• [ABOUT THIS EXERCISE]:
Only the lines from the first line of the records through the line containing "-2, 0)), False)" belong in the answer. Copy them exactly.
===== RECORD SET
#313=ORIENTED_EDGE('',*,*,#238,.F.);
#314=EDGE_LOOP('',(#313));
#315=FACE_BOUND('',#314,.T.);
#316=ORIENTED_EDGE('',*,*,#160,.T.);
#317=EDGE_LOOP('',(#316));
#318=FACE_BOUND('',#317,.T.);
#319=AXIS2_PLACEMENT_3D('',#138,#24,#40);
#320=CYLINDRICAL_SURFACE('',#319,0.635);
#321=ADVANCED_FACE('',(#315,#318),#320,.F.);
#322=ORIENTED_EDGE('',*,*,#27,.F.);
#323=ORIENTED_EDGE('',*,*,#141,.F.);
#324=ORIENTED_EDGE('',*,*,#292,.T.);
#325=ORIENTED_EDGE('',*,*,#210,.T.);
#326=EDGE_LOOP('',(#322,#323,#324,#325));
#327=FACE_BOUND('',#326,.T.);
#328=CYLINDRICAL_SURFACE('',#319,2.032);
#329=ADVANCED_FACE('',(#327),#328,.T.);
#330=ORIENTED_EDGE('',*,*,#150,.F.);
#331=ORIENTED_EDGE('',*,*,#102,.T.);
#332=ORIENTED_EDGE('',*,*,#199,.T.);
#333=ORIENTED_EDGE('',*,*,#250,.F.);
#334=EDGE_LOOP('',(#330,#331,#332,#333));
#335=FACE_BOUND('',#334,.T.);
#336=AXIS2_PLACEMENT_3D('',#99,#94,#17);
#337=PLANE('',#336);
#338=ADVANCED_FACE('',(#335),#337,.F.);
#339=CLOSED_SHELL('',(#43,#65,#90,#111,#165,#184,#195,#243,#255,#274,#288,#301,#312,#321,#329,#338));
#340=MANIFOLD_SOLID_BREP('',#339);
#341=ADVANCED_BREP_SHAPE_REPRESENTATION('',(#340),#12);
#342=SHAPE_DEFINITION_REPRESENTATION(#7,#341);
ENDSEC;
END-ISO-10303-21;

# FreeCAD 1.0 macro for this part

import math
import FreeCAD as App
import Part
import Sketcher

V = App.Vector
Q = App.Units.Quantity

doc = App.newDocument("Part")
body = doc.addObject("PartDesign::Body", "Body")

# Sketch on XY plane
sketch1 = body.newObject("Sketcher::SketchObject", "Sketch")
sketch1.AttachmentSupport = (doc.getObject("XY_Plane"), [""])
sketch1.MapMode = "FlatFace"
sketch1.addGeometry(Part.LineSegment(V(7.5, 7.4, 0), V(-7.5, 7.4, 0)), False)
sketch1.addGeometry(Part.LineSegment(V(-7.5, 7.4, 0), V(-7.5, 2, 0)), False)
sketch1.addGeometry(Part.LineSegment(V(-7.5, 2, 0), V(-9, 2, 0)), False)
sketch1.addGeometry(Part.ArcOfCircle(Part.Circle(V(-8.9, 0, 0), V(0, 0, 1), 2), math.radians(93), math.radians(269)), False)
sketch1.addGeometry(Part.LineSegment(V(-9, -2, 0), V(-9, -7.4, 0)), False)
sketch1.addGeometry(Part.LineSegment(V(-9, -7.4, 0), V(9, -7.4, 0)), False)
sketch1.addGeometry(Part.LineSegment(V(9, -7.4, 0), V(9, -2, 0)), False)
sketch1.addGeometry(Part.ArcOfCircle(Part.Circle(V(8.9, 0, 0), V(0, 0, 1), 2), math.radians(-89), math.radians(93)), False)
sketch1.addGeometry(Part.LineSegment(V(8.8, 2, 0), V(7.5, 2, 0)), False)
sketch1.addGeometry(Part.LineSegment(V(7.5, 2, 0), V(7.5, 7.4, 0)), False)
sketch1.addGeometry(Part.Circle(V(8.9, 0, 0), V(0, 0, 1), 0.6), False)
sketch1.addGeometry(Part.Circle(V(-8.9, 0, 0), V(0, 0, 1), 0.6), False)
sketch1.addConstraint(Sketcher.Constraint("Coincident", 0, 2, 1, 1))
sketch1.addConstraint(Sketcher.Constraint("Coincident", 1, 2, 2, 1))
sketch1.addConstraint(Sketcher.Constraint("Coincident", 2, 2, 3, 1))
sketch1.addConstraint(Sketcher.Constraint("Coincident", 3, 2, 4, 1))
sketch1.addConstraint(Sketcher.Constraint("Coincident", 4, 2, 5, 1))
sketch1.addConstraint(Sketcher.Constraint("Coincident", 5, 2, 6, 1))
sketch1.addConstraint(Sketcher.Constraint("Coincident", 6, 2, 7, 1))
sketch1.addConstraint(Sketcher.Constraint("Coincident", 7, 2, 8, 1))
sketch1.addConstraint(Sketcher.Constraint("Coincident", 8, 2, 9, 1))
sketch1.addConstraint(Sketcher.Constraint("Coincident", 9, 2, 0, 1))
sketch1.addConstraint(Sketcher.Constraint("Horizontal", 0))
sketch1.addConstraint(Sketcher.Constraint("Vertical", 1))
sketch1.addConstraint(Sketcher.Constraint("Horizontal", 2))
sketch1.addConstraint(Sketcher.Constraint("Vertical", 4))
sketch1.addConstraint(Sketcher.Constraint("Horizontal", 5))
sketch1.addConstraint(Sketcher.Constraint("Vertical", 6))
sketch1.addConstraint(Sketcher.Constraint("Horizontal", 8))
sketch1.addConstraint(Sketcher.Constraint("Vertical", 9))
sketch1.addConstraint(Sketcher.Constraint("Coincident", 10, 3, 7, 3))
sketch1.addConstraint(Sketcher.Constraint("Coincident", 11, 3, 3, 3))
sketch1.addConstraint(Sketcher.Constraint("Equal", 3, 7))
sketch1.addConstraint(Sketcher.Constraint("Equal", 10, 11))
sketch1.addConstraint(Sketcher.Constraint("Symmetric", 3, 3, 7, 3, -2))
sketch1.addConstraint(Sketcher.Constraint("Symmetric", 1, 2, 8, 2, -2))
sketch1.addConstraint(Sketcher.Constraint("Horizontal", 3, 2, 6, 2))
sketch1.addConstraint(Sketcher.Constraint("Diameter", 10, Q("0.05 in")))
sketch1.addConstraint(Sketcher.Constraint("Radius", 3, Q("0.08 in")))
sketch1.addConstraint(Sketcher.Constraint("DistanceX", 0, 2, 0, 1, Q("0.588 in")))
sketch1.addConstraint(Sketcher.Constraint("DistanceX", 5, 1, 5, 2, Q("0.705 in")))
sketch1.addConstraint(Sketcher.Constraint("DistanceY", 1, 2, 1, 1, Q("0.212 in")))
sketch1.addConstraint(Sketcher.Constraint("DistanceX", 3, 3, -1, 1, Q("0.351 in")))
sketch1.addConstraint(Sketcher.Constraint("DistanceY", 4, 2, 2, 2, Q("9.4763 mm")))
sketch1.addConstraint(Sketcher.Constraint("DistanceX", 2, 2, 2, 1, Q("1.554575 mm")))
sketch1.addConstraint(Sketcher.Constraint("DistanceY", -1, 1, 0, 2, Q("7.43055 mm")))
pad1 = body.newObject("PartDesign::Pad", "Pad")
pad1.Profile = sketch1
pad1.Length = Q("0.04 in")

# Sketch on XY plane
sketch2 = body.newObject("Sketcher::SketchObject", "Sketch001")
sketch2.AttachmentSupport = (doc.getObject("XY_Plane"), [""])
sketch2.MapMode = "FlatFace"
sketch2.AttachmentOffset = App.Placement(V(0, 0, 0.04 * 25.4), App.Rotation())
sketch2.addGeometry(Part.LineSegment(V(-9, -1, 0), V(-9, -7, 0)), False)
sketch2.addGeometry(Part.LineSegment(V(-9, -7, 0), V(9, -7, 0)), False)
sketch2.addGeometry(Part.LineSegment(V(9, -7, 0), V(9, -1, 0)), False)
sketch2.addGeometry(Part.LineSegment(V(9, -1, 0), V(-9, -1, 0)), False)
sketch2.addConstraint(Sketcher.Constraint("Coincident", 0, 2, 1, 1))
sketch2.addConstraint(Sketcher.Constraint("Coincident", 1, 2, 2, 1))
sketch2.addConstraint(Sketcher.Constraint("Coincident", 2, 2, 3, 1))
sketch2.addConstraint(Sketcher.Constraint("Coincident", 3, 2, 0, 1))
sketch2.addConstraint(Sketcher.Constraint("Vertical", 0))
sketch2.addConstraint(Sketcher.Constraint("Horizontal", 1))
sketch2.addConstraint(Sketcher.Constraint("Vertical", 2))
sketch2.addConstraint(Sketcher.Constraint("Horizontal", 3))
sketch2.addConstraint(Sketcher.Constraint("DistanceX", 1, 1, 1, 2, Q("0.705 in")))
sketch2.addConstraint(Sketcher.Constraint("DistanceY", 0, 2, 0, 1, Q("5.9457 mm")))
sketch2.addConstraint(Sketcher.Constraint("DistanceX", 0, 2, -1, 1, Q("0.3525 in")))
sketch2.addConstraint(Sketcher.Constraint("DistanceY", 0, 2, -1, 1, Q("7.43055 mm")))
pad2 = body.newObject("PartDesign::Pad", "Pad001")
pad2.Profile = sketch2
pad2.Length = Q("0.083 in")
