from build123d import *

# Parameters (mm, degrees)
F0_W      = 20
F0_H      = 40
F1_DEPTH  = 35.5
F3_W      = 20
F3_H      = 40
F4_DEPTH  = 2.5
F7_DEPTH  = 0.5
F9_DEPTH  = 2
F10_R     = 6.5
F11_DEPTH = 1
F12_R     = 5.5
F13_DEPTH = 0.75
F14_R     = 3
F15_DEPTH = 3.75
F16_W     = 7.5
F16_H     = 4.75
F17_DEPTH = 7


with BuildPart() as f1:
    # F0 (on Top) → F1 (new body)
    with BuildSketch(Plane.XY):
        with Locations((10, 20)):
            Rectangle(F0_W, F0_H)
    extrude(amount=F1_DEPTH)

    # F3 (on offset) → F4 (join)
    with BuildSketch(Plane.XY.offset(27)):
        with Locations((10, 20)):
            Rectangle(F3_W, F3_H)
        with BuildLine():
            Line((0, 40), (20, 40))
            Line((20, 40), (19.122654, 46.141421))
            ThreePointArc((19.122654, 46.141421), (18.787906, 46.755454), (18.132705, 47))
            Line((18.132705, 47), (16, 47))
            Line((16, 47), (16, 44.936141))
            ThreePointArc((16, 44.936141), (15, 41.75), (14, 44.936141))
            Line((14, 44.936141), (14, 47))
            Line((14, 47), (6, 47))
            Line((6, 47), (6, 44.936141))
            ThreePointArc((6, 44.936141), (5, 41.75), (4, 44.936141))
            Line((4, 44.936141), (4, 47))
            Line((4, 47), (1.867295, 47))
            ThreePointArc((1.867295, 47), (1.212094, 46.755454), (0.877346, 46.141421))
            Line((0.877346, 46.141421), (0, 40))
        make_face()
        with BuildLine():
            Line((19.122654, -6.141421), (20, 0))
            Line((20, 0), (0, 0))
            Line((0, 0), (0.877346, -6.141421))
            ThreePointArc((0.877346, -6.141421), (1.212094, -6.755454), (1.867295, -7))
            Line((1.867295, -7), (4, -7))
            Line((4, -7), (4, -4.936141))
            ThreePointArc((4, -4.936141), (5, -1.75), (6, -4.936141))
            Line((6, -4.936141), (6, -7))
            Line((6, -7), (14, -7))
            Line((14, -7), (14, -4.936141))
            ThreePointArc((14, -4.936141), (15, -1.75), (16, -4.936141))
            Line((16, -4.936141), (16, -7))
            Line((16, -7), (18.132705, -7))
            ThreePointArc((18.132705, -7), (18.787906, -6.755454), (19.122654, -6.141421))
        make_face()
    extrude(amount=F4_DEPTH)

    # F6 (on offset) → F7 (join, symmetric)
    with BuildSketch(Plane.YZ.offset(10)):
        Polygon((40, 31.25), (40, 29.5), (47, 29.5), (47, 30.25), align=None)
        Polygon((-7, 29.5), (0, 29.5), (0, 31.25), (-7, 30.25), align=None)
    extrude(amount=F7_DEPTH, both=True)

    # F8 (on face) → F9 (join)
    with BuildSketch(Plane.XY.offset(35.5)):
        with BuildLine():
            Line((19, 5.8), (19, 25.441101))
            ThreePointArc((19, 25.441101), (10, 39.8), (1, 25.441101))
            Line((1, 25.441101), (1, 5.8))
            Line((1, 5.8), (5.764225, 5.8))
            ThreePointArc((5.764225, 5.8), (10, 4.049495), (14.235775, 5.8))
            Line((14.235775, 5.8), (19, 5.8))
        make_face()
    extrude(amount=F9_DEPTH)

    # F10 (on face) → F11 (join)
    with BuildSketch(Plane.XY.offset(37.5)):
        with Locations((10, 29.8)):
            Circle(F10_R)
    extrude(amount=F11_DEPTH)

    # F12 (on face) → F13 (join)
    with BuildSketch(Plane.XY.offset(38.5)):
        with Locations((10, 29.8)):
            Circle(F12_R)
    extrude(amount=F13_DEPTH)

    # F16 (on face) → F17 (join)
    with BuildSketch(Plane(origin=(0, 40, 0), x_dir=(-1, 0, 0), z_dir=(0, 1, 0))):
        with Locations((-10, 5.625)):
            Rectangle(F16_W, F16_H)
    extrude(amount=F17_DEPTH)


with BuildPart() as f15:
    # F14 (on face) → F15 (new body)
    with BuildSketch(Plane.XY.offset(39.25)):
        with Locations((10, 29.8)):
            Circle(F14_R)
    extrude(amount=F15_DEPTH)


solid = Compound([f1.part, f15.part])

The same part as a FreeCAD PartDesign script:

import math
import FreeCAD as App
import Part
import Sketcher
from FreeCAD import Vector
Q = App.Units.Quantity

doc = App.newDocument("Part")
body = doc.addObject("PartDesign::Body", "Body")

sketch1 = doc.addObject("Sketcher::SketchObject", "Sketch")
body.addObject(sketch1)
sketch1.AttachmentSupport = (doc.XY_Plane, [""])
sketch1.MapMode = "FlatFace"
sketch1.addGeometry([
    Part.LineSegment(Vector(0, 40, 0), Vector(0, 0, 0)),
    Part.LineSegment(Vector(0, 0, 0), Vector(20, 0, 0)),
    Part.LineSegment(Vector(20, 0, 0), Vector(20, 40, 0)),
    Part.LineSegment(Vector(20, 40, 0), Vector(0, 40, 0)),
], False)
sketch1.addConstraint([
    Sketcher.Constraint("Coincident", 0, 2, 1, 1),
    Sketcher.Constraint("Coincident", 1, 2, 2, 1),
    Sketcher.Constraint("Coincident", 2, 2, 3, 1),
    Sketcher.Constraint("Coincident", 3, 2, 0, 1),
    Sketcher.Constraint("Vertical", 0),
    Sketcher.Constraint("Horizontal", 1),
    Sketcher.Constraint("Vertical", 2),
    Sketcher.Constraint("Horizontal", 3),
    Sketcher.Constraint("Coincident", 0, 2, -1, 1),
    Sketcher.Constraint("DistanceX", 1, 1, 1, 2, Q("20 mm")),
    Sketcher.Constraint("DistanceY", 0, 2, 0, 1, Q("40 mm")),
])
pad1 = doc.addObject("PartDesign::Pad", "Pad")
body.addObject(pad1)
pad1.Profile = sketch1
pad1.Length = 35.5

sketch2 = doc.addObject("Sketcher::SketchObject", "Sketch001")
body.addObject(sketch2)
sketch2.AttachmentSupport = (doc.XY_Plane, [""])
sketch2.MapMode = "FlatFace"
sketch2.AttachmentOffset = App.Placement(Vector(0, 0, 27), App.Rotation())
sketch2.addGeometry([
    Part.LineSegment(Vector(0, 40, 0), Vector(0, 0, 0)),
    Part.LineSegment(Vector(0, 0, 0), Vector(0.9, -6.1, 0)),
    Part.ArcOfCircle(Part.Circle(Vector(1.9, -6, 0), Vector(0, 0, 1), 1), math.radians(-172), math.radians(-90)),
    Part.LineSegment(Vector(1.9, -7, 0), Vector(4, -7, 0)),
    Part.LineSegment(Vector(4, -7, 0), Vector(4, -4.9, 0)),
    Part.ArcOfCircle(Part.Circle(Vector(5, -3.5, 0), Vector(0, 0, 1), 1.8), math.radians(-55), math.radians(235)),
    Part.LineSegment(Vector(6, -4.9, 0), Vector(6, -7, 0)),
    Part.LineSegment(Vector(6, -7, 0), Vector(14, -7, 0)),
    Part.LineSegment(Vector(14, -7, 0), Vector(14, -4.9, 0)),
    Part.ArcOfCircle(Part.Circle(Vector(15, -3.5, 0), Vector(0, 0, 1), 1.8), math.radians(-55), math.radians(235)),
    Part.LineSegment(Vector(16, -4.9, 0), Vector(16, -7, 0)),
    Part.LineSegment(Vector(16, -7, 0), Vector(18.1, -7, 0)),
    Part.ArcOfCircle(Part.Circle(Vector(18.1, -6, 0), Vector(0, 0, 1), 1), math.radians(-90), math.radians(-8)),
    Part.LineSegment(Vector(19.1, -6.1, 0), Vector(20, 0, 0)),
    Part.LineSegment(Vector(20, 0, 0), Vector(20, 40, 0)),
    Part.LineSegment(Vector(20, 40, 0), Vector(19.1, 46.1, 0)),
    Part.ArcOfCircle(Part.Circle(Vector(18.1, 46, 0), Vector(0, 0, 1), 1), math.radians(8), math.radians(90)),
    Part.LineSegment(Vector(18.1, 47, 0), Vector(16, 47, 0)),
    Part.LineSegment(Vector(16, 47, 0), Vector(16, 44.9, 0)),
    Part.ArcOfCircle(Part.Circle(Vector(15, 43.5, 0), Vector(0, 0, 1), 1.8), math.radians(125), math.radians(415)),
    Part.LineSegment(Vector(14, 44.9, 0), Vector(14, 47, 0)),
    Part.LineSegment(Vector(14, 47, 0), Vector(6, 47, 0)),
    Part.LineSegment(Vector(6, 47, 0), Vector(6, 44.9, 0)),
    Part.ArcOfCircle(Part.Circle(Vector(5, 43.5, 0), Vector(0, 0, 1), 1.8), math.radians(125), math.radians(415)),
    Part.LineSegment(Vector(4, 44.9, 0), Vector(4, 47, 0)),
    Part.LineSegment(Vector(4, 47, 0), Vector(1.9, 47, 0)),
    Part.ArcOfCircle(Part.Circle(Vector(1.9, 46, 0), Vector(0, 0, 1), 1), math.radians(90), math.radians(172)),
    Part.LineSegment(Vector(0.9, 46.1, 0), Vector(0, 40, 0)),
], False)
sketch2.addConstraint([
    Sketcher.Constraint("Coincident", 0, 2, 1, 1),
    Sketcher.Constraint("Tangent", 1, 2, 2, 1),
    Sketcher.Constraint("Tangent", 2, 2, 3, 1),
    Sketcher.Constraint("Coincident", 3, 2, 4, 1),
    Sketcher.Constraint("Coincident", 4, 2, 5, 2),
    Sketcher.Constraint("Coincident", 5, 1, 6, 1),
    Sketcher.Constraint("Coincident", 6, 2, 7, 1),
    Sketcher.Constraint("Coincident", 7, 2, 8, 1),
==========
• [RESULT]:
#313=ORIENTED_EDGE('',*,*,#238,.F.);
#314=EDGE_LOOP('',(#313));
#315=FACE_BOUND('',#314,.T.);
#316=ORIENTED_EDGE('',*,*,#160,.T.);
#317=EDGE_LOOP('',(#316));
#318=FACE_BOUND('',#317,.T.);
#319=AXIS2_PLACEMENT_3D('',#138,#24,#40);
#320=CYLINDRICAL_SURFACE('',#319,0.635);
#321=ADVANCED_FACE('',(#315,#318),#320,.F.);
#322=ORIENTED_EDGE('',*,*,#27,.F.);
#323=ORIENTED_EDGE('',*,*,#141,.F.);
#324=ORIENTED_EDGE('',*,*,#292,.T.);
#325=ORIENTED_EDGE('',*,*,#210,.T.);
#326=EDGE_LOOP('',(#322,#323,#324,#325));
#327=FACE_BOUND('',#326,.T.);
#328=CYLINDRICAL_SURFACE('',#319,2.032);
#329=ADVANCED_FACE('',(#327),#328,.T.);
#330=ORIENTED_EDGE('',*,*,#150,.F.);
#331=ORIENTED_EDGE('',*,*,#102,.T.);
#332=ORIENTED_EDGE('',*,*,#199,.T.);
#333=ORIENTED_EDGE('',*,*,#250,.F.);
#334=EDGE_LOOP('',(#330,#331,#332,#333));
#335=FACE_BOUND('',#334,.T.);
#336=AXIS2_PLACEMENT_3D('',#99,#94,#17);
#337=PLANE('',#336);
#338=ADVANCED_FACE('',(#335),#337,.F.);
#339=CLOSED_SHELL('',(#43,#65,#90,#111,#165,#184,#195,#243,#255,#274,#288,#301,#312,#321,#329,#338));
#340=MANIFOLD_SOLID_BREP('',#339);
#341=ADVANCED_BREP_SHAPE_REPRESENTATION('',(#340),#12);
#342=SHAPE_DEFINITION_REPRESENTATION(#7,#341);
ENDSEC;
END-ISO-10303-21;

# FreeCAD 1.0 macro for this part

import math
import FreeCAD as App
import Part
import Sketcher

V = App.Vector
Q = App.Units.Quantity

doc = App.newDocument("Part")
body = doc.addObject("PartDesign::Body", "Body")

# Sketch on XY plane
sketch1 = body.newObject("Sketcher::SketchObject", "Sketch")
sketch1.AttachmentSupport = (doc.getObject("XY_Plane"), [""])
sketch1.MapMode = "FlatFace"
sketch1.addGeometry(Part.LineSegment(V(7.5, 7.4, 0), V(-7.5, 7.4, 0)), False)
sketch1.addGeometry(Part.LineSegment(V(-7.5, 7.4, 0), V(-7.5, 2, 0)), False)
sketch1.addGeometry(Part.LineSegment(V(-7.5, 2, 0), V(-9, 2, 0)), False)
sketch1.addGeometry(Part.ArcOfCircle(Part.Circle(V(-8.9, 0, 0), V(0, 0, 1), 2), math.radians(93), math.radians(269)), False)
sketch1.addGeometry(Part.LineSegment(V(-9, -2, 0), V(-9, -7.4, 0)), False)
sketch1.addGeometry(Part.LineSegment(V(-9, -7.4, 0), V(9, -7.4, 0)), False)
sketch1.addGeometry(Part.LineSegment(V(9, -7.4, 0), V(9, -2, 0)), False)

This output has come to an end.